**EXCERPTED DATA:**
══════════════════════════════

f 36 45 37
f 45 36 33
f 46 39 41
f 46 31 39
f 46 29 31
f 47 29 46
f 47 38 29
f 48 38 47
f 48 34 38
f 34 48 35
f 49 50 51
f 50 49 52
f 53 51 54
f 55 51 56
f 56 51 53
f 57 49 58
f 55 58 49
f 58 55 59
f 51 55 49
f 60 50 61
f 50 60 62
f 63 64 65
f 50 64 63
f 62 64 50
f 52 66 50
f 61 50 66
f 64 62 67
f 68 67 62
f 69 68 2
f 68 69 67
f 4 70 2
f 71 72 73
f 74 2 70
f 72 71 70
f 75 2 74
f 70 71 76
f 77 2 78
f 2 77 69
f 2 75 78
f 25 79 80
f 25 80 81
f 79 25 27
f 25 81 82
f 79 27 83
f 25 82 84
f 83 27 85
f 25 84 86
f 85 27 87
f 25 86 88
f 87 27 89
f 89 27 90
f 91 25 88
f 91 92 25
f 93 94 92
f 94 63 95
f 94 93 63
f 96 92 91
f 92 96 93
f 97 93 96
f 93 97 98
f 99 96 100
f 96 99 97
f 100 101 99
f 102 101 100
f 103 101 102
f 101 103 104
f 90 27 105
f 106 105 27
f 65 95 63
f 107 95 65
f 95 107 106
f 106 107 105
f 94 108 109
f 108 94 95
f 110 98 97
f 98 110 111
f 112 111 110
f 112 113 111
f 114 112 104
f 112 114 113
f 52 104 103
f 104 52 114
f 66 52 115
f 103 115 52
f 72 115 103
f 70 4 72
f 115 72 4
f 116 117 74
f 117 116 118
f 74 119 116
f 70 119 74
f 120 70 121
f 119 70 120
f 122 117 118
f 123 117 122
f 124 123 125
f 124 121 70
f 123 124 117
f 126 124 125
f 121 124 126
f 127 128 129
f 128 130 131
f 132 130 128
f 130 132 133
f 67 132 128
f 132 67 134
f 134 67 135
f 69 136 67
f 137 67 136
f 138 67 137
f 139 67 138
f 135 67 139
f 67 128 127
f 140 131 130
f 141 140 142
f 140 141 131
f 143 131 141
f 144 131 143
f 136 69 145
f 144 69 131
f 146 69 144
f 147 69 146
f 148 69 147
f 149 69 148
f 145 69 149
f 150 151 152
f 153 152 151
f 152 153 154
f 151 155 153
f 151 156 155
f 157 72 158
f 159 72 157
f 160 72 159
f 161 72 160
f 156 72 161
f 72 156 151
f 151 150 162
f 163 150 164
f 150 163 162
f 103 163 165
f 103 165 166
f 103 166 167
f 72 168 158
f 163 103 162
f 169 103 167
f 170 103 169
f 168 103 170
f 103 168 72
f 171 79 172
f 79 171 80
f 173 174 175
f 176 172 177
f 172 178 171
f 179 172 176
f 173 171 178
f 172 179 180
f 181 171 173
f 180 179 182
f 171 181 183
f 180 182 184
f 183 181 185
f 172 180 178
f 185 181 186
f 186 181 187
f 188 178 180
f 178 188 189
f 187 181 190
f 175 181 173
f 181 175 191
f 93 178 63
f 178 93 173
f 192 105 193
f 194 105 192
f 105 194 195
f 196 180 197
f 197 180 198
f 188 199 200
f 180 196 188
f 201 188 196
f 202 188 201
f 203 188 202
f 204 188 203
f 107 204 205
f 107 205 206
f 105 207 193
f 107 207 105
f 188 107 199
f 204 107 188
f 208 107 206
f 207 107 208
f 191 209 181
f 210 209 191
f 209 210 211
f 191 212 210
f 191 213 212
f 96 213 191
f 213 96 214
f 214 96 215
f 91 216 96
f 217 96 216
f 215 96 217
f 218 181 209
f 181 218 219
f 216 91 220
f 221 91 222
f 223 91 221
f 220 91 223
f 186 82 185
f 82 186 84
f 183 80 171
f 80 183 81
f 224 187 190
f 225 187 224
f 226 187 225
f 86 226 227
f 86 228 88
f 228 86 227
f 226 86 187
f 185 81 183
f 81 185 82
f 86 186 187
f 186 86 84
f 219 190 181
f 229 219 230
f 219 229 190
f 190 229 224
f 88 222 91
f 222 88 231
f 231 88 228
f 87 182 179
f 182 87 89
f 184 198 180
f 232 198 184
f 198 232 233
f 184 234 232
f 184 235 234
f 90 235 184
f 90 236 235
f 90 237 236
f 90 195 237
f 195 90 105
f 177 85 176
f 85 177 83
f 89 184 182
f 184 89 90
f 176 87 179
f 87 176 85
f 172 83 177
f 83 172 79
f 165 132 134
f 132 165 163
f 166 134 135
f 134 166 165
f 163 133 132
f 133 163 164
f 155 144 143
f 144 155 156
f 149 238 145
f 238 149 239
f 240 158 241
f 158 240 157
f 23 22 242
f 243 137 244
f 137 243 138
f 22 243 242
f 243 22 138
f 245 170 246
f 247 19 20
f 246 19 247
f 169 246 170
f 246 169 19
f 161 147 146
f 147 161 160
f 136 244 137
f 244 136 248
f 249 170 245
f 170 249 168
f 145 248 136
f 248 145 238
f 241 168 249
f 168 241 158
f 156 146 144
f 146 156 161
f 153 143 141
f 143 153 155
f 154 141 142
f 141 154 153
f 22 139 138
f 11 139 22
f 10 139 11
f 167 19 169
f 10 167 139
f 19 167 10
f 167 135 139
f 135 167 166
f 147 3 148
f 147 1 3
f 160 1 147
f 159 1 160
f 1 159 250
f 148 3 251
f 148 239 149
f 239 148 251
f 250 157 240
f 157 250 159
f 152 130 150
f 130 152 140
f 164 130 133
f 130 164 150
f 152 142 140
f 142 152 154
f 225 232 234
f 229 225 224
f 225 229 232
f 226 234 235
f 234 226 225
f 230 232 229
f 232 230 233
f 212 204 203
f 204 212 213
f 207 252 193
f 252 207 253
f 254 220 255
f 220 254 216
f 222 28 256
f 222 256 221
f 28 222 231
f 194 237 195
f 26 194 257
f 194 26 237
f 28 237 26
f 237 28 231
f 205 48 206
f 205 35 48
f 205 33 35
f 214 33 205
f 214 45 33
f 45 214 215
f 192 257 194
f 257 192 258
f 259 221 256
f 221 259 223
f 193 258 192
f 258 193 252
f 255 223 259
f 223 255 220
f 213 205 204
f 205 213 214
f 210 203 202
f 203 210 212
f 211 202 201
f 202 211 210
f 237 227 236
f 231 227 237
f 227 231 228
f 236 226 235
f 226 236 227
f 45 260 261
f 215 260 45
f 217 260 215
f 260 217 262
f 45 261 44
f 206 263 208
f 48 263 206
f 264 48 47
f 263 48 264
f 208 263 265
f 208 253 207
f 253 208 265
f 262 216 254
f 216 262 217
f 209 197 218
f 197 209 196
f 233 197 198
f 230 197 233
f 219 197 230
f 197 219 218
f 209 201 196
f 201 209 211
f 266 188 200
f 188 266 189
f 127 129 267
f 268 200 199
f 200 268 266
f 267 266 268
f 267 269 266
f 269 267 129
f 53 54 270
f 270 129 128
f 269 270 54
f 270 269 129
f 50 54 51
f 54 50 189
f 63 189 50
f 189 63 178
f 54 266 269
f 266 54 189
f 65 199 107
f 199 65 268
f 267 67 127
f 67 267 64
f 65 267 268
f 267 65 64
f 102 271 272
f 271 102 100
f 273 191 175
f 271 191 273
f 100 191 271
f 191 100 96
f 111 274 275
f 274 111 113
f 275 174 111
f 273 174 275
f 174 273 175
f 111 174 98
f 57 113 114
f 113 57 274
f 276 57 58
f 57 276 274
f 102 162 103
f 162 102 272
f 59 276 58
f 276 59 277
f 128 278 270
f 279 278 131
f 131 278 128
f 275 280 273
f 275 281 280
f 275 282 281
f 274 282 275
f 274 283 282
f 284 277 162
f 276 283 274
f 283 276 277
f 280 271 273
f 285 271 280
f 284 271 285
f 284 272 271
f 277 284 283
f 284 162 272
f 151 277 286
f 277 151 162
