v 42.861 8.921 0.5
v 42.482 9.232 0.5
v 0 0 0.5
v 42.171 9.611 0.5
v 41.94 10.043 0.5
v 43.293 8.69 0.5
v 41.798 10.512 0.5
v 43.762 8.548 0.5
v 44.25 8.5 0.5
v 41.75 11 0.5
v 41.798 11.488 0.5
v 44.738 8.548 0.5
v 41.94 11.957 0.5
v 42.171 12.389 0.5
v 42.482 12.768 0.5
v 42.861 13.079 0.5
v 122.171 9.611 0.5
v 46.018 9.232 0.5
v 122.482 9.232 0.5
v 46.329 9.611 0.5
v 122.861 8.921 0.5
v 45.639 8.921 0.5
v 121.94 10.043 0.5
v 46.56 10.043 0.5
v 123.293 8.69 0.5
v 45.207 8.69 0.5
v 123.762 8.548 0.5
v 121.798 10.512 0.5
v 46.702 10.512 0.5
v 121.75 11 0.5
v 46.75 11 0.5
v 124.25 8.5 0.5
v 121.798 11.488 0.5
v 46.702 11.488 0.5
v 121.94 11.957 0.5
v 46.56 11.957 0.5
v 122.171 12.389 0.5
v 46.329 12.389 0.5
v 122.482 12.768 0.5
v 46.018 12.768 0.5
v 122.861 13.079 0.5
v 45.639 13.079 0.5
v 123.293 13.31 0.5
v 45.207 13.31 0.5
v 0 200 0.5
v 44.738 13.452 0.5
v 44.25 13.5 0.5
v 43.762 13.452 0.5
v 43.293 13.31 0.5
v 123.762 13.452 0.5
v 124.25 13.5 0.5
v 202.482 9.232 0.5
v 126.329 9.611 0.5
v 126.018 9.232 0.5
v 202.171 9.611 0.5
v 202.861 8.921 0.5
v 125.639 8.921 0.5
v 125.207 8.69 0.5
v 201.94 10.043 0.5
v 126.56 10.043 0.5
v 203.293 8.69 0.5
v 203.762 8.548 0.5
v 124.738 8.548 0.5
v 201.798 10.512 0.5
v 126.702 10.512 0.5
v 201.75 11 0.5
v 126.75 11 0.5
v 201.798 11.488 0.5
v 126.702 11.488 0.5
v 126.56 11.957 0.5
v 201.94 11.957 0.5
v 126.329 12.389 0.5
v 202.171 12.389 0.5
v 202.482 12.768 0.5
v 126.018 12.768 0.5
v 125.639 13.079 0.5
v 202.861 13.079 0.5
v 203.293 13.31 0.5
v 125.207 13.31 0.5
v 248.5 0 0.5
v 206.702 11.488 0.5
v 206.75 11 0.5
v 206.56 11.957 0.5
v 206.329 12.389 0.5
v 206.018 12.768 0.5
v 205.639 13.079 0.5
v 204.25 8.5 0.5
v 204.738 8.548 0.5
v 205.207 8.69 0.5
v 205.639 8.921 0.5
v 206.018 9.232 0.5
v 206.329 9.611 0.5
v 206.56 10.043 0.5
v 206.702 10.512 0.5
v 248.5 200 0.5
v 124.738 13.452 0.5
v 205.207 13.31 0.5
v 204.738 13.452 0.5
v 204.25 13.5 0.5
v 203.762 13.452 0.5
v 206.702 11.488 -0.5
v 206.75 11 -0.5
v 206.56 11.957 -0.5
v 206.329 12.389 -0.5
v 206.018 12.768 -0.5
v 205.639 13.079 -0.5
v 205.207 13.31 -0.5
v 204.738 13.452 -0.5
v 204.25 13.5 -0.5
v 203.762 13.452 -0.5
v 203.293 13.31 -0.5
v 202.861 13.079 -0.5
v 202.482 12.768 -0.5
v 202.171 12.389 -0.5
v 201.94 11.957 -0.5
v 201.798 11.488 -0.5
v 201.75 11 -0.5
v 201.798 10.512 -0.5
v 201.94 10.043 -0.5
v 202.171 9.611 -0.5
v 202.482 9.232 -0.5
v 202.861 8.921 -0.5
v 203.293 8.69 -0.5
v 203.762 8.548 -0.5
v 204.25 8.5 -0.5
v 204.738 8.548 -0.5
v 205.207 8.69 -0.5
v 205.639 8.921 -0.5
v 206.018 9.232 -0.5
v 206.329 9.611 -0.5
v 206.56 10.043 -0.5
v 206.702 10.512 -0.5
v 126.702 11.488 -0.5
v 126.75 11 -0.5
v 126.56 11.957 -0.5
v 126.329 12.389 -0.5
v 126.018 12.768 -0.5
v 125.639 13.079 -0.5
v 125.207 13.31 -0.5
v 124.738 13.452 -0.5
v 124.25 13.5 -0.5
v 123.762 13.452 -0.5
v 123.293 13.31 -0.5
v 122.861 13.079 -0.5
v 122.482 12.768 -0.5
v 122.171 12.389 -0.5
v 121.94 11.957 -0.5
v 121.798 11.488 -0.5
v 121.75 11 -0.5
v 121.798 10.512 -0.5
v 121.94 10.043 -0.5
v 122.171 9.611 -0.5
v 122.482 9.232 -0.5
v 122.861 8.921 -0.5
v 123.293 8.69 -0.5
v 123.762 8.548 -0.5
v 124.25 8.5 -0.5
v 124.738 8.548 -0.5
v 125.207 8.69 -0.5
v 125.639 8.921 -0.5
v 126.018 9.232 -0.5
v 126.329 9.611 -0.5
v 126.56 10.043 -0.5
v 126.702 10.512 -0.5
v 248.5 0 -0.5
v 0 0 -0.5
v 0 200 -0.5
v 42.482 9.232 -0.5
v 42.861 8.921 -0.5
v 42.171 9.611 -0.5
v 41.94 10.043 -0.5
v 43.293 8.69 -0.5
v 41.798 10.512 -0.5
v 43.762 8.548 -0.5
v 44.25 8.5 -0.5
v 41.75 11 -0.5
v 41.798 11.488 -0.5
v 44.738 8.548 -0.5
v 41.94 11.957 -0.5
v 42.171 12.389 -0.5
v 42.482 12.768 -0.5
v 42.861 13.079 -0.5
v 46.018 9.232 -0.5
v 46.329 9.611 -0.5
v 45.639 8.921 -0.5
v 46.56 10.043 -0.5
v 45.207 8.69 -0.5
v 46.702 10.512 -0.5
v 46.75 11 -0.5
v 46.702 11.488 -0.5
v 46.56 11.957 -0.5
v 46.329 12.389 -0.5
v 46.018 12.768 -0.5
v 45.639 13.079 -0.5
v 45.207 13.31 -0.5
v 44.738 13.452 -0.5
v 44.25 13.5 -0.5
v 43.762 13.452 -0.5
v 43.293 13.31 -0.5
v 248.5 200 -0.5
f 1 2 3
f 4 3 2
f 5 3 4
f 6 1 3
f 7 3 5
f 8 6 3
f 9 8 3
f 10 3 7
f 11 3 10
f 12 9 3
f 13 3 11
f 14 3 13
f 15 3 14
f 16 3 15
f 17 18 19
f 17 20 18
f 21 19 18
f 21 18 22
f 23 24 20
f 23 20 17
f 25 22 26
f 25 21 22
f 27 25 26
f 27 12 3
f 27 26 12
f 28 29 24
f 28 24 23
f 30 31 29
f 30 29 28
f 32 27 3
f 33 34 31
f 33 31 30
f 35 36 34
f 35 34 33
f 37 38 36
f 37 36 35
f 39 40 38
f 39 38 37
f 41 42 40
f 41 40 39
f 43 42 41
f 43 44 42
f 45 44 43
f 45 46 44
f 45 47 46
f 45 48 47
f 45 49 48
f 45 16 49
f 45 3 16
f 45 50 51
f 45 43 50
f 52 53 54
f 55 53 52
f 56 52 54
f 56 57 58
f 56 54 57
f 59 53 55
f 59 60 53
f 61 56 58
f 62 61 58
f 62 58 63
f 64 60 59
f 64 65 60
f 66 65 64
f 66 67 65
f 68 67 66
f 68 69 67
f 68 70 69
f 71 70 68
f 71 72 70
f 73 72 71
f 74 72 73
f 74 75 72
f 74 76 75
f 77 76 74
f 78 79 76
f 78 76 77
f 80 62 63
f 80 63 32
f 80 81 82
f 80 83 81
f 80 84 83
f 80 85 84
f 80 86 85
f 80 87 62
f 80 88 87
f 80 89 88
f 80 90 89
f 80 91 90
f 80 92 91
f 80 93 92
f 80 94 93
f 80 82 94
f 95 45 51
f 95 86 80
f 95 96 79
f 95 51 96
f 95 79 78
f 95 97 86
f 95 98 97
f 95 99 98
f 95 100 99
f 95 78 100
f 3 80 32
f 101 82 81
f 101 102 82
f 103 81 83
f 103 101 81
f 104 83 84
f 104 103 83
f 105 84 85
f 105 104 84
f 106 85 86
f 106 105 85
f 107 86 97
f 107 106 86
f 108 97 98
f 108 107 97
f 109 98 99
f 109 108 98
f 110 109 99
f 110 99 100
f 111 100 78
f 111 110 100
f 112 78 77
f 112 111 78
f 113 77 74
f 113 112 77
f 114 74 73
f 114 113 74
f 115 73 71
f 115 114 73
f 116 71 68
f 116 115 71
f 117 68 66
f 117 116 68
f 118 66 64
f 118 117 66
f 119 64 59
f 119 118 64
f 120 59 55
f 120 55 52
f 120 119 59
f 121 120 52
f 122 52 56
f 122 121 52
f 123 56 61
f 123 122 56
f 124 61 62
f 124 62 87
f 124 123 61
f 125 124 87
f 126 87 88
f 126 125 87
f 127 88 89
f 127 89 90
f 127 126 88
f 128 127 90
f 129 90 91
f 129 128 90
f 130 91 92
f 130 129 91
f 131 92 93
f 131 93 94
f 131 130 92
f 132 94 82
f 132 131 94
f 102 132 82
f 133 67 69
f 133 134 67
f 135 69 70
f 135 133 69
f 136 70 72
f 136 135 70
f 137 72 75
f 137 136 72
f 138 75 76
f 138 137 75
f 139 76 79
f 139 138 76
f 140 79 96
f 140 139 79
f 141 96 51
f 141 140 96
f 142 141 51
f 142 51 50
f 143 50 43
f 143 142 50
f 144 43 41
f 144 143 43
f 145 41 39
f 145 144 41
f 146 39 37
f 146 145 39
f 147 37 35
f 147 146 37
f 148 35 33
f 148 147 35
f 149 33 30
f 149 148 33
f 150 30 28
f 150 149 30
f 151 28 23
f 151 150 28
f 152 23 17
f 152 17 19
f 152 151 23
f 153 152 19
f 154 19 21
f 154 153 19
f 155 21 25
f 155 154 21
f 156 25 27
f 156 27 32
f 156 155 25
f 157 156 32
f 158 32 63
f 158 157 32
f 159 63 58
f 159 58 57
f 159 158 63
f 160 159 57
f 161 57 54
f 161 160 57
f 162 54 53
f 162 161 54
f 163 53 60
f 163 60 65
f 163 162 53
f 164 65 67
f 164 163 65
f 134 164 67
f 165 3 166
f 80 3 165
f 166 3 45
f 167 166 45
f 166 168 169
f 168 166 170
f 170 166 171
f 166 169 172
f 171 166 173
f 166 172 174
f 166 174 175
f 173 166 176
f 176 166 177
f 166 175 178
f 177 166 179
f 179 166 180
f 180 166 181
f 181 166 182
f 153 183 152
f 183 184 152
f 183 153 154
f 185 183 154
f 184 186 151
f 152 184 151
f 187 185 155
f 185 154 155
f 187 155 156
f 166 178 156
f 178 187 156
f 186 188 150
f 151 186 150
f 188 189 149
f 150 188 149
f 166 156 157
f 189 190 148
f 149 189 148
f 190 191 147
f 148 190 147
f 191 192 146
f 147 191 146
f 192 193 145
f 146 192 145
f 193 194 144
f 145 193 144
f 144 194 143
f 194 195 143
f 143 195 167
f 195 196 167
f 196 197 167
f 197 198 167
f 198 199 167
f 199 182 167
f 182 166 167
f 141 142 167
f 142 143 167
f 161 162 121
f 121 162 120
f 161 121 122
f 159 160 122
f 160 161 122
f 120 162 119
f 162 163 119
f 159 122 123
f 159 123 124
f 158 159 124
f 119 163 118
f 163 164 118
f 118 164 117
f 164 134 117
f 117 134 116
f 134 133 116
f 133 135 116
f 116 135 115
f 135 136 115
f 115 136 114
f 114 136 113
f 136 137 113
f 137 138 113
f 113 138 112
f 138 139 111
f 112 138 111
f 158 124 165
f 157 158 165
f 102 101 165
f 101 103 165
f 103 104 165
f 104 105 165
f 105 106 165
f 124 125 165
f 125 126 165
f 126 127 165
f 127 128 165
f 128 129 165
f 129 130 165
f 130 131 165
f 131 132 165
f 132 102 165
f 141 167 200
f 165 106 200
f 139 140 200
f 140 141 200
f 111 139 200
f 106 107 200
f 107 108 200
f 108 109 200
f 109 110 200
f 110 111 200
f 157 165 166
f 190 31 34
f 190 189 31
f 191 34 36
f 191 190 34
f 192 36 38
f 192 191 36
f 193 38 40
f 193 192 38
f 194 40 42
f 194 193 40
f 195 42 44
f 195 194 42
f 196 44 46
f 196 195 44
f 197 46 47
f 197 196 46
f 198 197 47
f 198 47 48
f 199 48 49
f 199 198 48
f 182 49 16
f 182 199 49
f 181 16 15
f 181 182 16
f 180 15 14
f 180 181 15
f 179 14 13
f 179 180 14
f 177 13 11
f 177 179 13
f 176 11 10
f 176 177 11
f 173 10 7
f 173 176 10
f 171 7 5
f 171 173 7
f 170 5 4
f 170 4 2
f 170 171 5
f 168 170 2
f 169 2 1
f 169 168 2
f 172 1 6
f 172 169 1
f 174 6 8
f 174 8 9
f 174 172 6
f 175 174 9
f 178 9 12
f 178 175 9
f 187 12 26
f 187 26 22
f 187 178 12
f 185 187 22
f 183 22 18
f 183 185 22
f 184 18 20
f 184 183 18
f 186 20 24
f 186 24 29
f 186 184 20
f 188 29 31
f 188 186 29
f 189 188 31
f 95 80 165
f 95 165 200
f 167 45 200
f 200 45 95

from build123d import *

# Parameters (mm, degrees)
SKETCH_1_W      = 248.5
SKETCH_1_H      = 200
SKETCH_1_R      = 2.5
EXTRUDE_1_DEPTH = 0.5


with BuildPart() as part:
    # 스케치1 → 보스-돌출1 (new, symmetric)
    with BuildSketch(Plane.XY):
        with Locations((124.25, 100)):
            Rectangle(SKETCH_1_W, SKETCH_1_H)
        with Locations((124.25, 11)):
            Circle(SKETCH_1_R, mode=Mode.SUBTRACT)
        with Locations((204.25, 11)):
            Circle(SKETCH_1_R, mode=Mode.SUBTRACT)
        with Locations((44.25, 11)):
            Circle(SKETCH_1_R, mode=Mode.SUBTRACT)
    extrude(amount=EXTRUDE_1_DEPTH, both=True)


solid = part.part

══════════════════════════════

**ASSIGNED TASK:**
Using the entries above, give again exactly the lines from the line holding "f 154 141 142" through the line holding "f 28 237 26". Include both end lines and nothing else.

**SOLVED EXERCISE:**
f 154 141 142
f 141 154 153
f 22 139 138
f 11 139 22
f 10 139 11
f 167 19 169
f 10 167 139
f 19 167 10
f 167 135 139
f 135 167 166
f 147 3 148
f 147 1 3
f 160 1 147
f 159 1 160
f 1 159 250
f 148 3 251
f 148 239 149
f 239 148 251
f 250 157 240
f 157 250 159
f 152 130 150
f 130 152 140
f 164 130 133
f 130 164 150
f 152 142 140
f 142 152 154
f 225 232 234
f 229 225 224
f 225 229 232
f 226 234 235
f 234 226 225
f 230 232 229
f 232 230 233
f 212 204 203
f 204 212 213
f 207 252 193
f 252 207 253
f 254 220 255
f 220 254 216
f 222 28 256
f 222 256 221
f 28 222 231
f 194 237 195
f 26 194 257
f 194 26 237
f 28 237 26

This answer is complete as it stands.